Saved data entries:

....................

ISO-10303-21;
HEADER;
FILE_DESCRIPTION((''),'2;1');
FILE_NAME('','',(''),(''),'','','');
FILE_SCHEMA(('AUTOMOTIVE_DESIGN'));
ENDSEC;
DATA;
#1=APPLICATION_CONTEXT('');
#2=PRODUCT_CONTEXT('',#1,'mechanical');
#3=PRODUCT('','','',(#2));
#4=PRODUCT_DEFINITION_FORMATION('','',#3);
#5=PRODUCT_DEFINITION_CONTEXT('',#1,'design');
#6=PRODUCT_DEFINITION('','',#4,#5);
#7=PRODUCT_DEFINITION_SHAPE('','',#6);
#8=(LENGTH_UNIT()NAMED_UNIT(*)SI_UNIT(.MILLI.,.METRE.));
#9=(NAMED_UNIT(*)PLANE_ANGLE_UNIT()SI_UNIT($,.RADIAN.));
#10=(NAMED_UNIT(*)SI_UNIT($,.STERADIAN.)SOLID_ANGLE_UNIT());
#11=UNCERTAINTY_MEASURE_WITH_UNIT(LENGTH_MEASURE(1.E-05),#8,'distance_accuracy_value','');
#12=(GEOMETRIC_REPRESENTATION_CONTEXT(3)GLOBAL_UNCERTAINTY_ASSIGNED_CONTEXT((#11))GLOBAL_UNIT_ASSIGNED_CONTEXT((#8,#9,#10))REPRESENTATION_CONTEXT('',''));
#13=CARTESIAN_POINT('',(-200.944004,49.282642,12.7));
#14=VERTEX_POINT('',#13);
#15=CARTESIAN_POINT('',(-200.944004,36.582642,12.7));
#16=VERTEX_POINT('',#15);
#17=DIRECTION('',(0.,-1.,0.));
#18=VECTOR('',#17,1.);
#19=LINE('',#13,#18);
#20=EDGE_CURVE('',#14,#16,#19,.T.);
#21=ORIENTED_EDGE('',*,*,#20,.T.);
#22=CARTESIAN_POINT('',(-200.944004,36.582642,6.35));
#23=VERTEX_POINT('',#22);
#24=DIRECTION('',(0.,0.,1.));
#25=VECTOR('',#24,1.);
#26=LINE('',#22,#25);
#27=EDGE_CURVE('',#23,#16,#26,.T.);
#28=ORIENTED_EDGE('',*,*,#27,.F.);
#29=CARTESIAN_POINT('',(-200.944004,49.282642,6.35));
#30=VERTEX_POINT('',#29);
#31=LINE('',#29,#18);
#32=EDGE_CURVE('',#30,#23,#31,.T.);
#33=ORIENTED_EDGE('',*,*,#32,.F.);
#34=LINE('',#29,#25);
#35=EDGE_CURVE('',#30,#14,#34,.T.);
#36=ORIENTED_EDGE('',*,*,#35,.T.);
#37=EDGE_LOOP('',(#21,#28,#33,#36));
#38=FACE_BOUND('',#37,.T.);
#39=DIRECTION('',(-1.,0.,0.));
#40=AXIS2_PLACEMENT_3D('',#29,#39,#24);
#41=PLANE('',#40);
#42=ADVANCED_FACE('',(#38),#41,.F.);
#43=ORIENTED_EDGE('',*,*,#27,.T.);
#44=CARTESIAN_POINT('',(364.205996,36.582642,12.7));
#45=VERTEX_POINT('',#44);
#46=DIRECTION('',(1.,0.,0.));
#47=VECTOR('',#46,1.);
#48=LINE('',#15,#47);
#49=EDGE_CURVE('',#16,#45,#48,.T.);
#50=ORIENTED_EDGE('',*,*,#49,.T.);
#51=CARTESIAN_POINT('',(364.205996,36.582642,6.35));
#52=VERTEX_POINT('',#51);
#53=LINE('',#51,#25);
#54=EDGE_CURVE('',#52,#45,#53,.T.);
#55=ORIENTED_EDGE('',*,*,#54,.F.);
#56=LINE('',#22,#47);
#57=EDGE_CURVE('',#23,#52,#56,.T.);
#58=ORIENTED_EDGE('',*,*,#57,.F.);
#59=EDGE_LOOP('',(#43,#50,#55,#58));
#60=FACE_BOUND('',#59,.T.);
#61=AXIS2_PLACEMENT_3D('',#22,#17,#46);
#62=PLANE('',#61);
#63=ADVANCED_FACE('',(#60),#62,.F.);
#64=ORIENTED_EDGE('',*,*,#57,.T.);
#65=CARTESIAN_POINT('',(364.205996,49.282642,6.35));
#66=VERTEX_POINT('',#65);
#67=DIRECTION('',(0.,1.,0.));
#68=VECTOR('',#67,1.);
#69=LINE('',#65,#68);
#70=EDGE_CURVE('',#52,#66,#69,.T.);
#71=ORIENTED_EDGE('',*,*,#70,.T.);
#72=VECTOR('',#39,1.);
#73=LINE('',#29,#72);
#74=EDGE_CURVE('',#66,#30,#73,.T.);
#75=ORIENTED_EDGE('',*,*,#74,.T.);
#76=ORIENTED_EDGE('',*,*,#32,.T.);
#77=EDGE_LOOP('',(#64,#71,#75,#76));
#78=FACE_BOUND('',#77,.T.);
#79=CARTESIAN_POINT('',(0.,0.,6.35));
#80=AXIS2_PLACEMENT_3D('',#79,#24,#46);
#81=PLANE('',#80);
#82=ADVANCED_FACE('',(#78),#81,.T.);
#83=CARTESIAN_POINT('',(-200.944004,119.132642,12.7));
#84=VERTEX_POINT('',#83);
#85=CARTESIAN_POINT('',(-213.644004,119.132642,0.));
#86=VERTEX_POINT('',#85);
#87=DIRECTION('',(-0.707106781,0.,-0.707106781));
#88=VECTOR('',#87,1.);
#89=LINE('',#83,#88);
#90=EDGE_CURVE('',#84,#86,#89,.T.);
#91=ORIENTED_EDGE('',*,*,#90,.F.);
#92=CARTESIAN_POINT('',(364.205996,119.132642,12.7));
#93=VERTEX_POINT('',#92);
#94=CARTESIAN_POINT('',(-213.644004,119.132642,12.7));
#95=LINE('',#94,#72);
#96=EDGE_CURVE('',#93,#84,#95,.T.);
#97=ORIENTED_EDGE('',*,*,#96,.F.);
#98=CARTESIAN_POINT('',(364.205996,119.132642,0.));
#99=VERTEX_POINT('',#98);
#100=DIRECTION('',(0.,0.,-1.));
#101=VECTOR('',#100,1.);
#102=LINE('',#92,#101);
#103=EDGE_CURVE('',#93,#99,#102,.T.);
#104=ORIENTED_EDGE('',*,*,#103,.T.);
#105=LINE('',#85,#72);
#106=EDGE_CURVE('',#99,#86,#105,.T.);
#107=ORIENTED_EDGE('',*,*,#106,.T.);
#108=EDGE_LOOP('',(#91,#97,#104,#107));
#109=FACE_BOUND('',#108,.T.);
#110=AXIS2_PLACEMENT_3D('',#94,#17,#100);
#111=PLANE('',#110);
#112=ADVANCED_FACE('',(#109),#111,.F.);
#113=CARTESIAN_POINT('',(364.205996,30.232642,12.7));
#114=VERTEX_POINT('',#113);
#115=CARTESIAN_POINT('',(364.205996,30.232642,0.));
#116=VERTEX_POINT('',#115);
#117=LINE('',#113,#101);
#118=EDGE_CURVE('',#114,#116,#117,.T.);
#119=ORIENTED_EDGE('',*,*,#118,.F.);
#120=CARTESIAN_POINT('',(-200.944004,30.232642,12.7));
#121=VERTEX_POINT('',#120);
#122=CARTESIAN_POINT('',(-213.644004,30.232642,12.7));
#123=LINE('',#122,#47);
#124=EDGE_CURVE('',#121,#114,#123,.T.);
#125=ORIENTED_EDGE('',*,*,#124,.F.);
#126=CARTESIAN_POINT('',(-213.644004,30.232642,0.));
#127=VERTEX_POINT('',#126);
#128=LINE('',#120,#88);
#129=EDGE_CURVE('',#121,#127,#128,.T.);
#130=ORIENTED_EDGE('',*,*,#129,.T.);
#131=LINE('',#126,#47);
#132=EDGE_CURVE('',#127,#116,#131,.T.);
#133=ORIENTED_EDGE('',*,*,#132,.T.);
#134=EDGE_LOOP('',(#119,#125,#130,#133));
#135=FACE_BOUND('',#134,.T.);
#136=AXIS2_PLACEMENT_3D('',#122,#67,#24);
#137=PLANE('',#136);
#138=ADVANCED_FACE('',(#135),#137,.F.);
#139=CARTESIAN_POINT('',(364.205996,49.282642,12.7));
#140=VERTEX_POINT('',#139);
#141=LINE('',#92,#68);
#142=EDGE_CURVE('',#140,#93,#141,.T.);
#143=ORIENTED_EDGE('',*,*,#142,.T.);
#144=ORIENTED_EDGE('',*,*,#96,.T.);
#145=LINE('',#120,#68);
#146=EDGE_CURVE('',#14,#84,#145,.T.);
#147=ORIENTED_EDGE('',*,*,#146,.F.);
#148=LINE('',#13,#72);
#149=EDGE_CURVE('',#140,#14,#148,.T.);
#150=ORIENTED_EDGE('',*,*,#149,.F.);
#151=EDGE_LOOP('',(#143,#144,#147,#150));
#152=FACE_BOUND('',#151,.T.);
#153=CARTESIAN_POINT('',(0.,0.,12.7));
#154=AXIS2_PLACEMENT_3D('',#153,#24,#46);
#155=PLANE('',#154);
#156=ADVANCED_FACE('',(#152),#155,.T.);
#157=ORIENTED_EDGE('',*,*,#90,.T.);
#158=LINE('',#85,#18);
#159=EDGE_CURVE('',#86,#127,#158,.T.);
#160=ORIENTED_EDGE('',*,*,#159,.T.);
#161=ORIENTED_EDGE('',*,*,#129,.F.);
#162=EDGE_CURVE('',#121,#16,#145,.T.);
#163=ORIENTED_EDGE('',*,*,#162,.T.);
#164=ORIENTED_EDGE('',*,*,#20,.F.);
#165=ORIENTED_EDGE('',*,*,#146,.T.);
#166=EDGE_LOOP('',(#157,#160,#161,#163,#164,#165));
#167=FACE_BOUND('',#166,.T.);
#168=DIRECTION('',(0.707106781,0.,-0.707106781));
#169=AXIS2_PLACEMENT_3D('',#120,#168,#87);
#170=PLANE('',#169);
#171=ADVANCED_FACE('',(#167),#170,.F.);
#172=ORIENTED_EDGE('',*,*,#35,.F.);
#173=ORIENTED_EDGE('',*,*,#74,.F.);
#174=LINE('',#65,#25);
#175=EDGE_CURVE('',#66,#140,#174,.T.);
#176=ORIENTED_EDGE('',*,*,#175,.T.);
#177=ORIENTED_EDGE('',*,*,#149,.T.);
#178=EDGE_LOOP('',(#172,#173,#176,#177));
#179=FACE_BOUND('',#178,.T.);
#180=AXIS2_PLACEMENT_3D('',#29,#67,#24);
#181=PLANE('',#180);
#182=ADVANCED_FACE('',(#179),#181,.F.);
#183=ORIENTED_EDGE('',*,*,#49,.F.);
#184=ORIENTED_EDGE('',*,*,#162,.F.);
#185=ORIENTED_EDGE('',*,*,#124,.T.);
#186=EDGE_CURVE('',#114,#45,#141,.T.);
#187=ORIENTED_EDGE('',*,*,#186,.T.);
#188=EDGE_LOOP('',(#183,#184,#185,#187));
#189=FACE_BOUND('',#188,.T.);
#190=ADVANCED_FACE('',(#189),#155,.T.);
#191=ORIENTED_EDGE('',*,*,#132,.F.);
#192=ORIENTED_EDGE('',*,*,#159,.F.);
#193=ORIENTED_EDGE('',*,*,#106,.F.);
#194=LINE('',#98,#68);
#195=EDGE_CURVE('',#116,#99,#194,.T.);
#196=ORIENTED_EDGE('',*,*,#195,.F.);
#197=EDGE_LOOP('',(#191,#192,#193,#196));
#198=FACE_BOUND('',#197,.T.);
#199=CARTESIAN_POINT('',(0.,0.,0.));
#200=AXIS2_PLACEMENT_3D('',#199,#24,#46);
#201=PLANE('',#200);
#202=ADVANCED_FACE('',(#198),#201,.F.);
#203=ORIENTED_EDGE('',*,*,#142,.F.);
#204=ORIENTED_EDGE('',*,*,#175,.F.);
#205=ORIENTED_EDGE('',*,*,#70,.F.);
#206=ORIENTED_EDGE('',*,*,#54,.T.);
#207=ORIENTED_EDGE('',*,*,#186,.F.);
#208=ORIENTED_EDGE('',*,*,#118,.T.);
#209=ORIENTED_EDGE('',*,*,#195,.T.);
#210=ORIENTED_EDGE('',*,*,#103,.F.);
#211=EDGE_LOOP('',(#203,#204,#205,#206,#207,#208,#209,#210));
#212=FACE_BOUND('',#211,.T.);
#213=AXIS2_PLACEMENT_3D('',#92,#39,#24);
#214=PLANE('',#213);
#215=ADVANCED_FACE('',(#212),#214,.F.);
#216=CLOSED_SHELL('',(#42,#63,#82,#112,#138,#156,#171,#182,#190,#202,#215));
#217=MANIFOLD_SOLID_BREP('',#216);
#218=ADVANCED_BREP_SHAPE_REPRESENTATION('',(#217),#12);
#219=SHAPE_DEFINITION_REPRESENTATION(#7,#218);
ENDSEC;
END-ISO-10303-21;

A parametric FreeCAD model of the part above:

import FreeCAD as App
import Part
import Sketcher
from FreeCAD import Vector
Q = App.Units.Quantity

doc = App.newDocument("Part")
body = doc.addObject("PartDesign::Body", "Body")

# Sketch on XY plane
sketch1 = doc.addObject("Sketcher::SketchObject", "Sketch")
body.addObject(sketch1)
sketch1.AttachmentSupport = (doc.XY_Plane, [""])
sketch1.MapMode = "FlatFace"
sketch1.addGeometry([
    Part.LineSegment(Vector(-214, 119, 0), Vector(-214, 30, 0)),
    Part.LineSegment(Vector(-214, 30, 0), Vector(364, 30, 0)),
    Part.LineSegment(Vector(364, 30, 0), Vector(364, 119, 0)),
    Part.LineSegment(Vector(364, 119, 0), Vector(-214, 119, 0)),
], False)
sketch1.addConstraint([
    Sketcher.Constraint("Coincident", 0, 2, 1, 1),
    Sketcher.Constraint("Coincident", 1, 2, 2, 1),
    Sketcher.Constraint("Coincident", 2, 2, 3, 1),
    Sketcher.Constraint("Coincident", 3, 2, 0, 1),
    Sketcher.Constraint("Vertical", 0),
    Sketcher.Constraint("Horizontal", 1),
    Sketcher.Constraint("Vertical", 2),
    Sketcher.Constraint("Horizontal", 3),
    Sketcher.Constraint("DistanceY", 0, 2, 0, 1, Q("3.5 in")),
    Sketcher.Constraint("DistanceX", 1, 1, 1, 2, Q("22.75 in")),
    Sketcher.Constraint("DistanceX", 0, 2, -1, 1, Q("213.644004 mm")),
    Sketcher.Constraint("DistanceY", -1, 1, 0, 2, Q("30.232642 mm")),
])
pad1 = doc.addObject("PartDesign::Pad", "Pad")
body.addObject(pad1)
pad1.Profile = sketch1
pad1.Length = Q("0.5 in")

# Sketch on XZ plane
sketch2 = doc.addObject("Sketcher::SketchObject", "Sketch001")
body.addObject(sketch2)
sketch2.AttachmentSupport = (doc.XZ_Plane, [""])
sketch2.MapMode = "FlatFace"
sketch2.AttachmentOffset = App.Placement(Vector(0, 0, -119.132642), App.Rotation())
sketch2.addGeometry([
    Part.LineSegment(Vector(-201, 13, 0), Vector(-214, 0, 0)),
    Part.LineSegment(Vector(-214, 0, 0), Vector(-214, 13, 0)),
    Part.LineSegment(Vector(-214, 13, 0), Vector(-201, 13, 0)),
], False)
sketch2.addConstraint([
    Sketcher.Constraint("Coincident", 0, 2, 1, 1),
    Sketcher.Constraint("Coincident", 1, 2, 2, 1),
    Sketcher.Constraint("Coincident", 2, 2, 0, 1),
    Sketcher.Constraint("Vertical", 1),
    Sketcher.Constraint("Horizontal", 2),
    Sketcher.Constraint("PointOnObject", 0, 2, -1),
    Sketcher.Constraint("Equal", 2, 1),
    Sketcher.Constraint("DistanceX", 2, 1, 2, 2, Q("0.5 in")),
    Sketcher.Constraint("DistanceX", 0, 2, -1, 1, Q("213.644004 mm")),
])
pocket1 = doc.addObject("PartDesign::Pocket", "Pocket")
body.addObject(pocket1)
pocket1.Profile = sketch2
pocket1.Type = "ThroughAll"
pocket1.Reversed = True

# Sketch on XY plane
sketch3 = doc.addObject("Sketcher::SketchObject", "Sketch002")
body.addObject(sketch3)
sketch3.AttachmentSupport = (doc.XY_Plane, [""])
sketch3.MapMode = "FlatFace"
sketch3.AttachmentOffset = App.Placement(Vector(0, 0, 0.5 * 25.4), App.Rotation())
sketch3.addGeometry([
    Part.LineSegment(Vector(-201, 49, 0), Vector(-201, 37, 0)),
    Part.LineSegment(Vector(-201, 37, 0), Vector(364, 37, 0)),
    Part.LineSegment(Vector(364, 37, 0), Vector(364, 49, 0)),
    Part.LineSegment(Vector(364, 49, 0), Vector(-201, 49, 0)),
], False)
sketch3.addConstraint([
    Sketcher.Constraint("Coincident", 0, 2, 1, 1),
    Sketcher.Constraint("Coincident", 1, 2, 2, 1),
    Sketcher.Constraint("Coincident", 2, 2, 3, 1),
    Sketcher.Constraint("Coincident", 3, 2, 0, 1),
    Sketcher.Constraint("Vertical", 0),
    Sketcher.Constraint("Horizontal", 1),
    Sketcher.Constraint("Vertical", 2),
    Sketcher.Constraint("Horizontal", 3),
    Sketcher.Constraint("DistanceY", 0, 2, 0, 1, Q("0.5 in")),
    Sketcher.Constraint("DistanceX", 1, 1, 1, 2, Q("22.25 in")),
    Sketcher.Constraint("DistanceX", 0, 2, -1, 1, Q("200.944004 mm")),
    Sketcher.Constraint("DistanceY", -1, 1, 0, 2, Q("36.582642 mm")),
])
pocket2 = doc.addObject("PartDesign::Pocket", "Pocket001")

....................

- _AIM OF THE TASK_: Give an exact copy of the lines above, from the top of the records to the line that contains "#7=PRODUCT_DEFINITION_SHAPE('','',#6);", taking in both ends.

- _OUTPUT OF THE TASK_:
ISO-10303-21;
HEADER;
FILE_DESCRIPTION((''),'2;1');
FILE_NAME('','',(''),(''),'','','');
FILE_SCHEMA(('AUTOMOTIVE_DESIGN'));
ENDSEC;
DATA;
#1=APPLICATION_CONTEXT('');
#2=PRODUCT_CONTEXT('',#1,'mechanical');
#3=PRODUCT('','','',(#2));
#4=PRODUCT_DEFINITION_FORMATION('','',#3);
#5=PRODUCT_DEFINITION_CONTEXT('',#1,'design');
#6=PRODUCT_DEFINITION('','',#4,#5);
#7=PRODUCT_DEFINITION_SHAPE('','',#6);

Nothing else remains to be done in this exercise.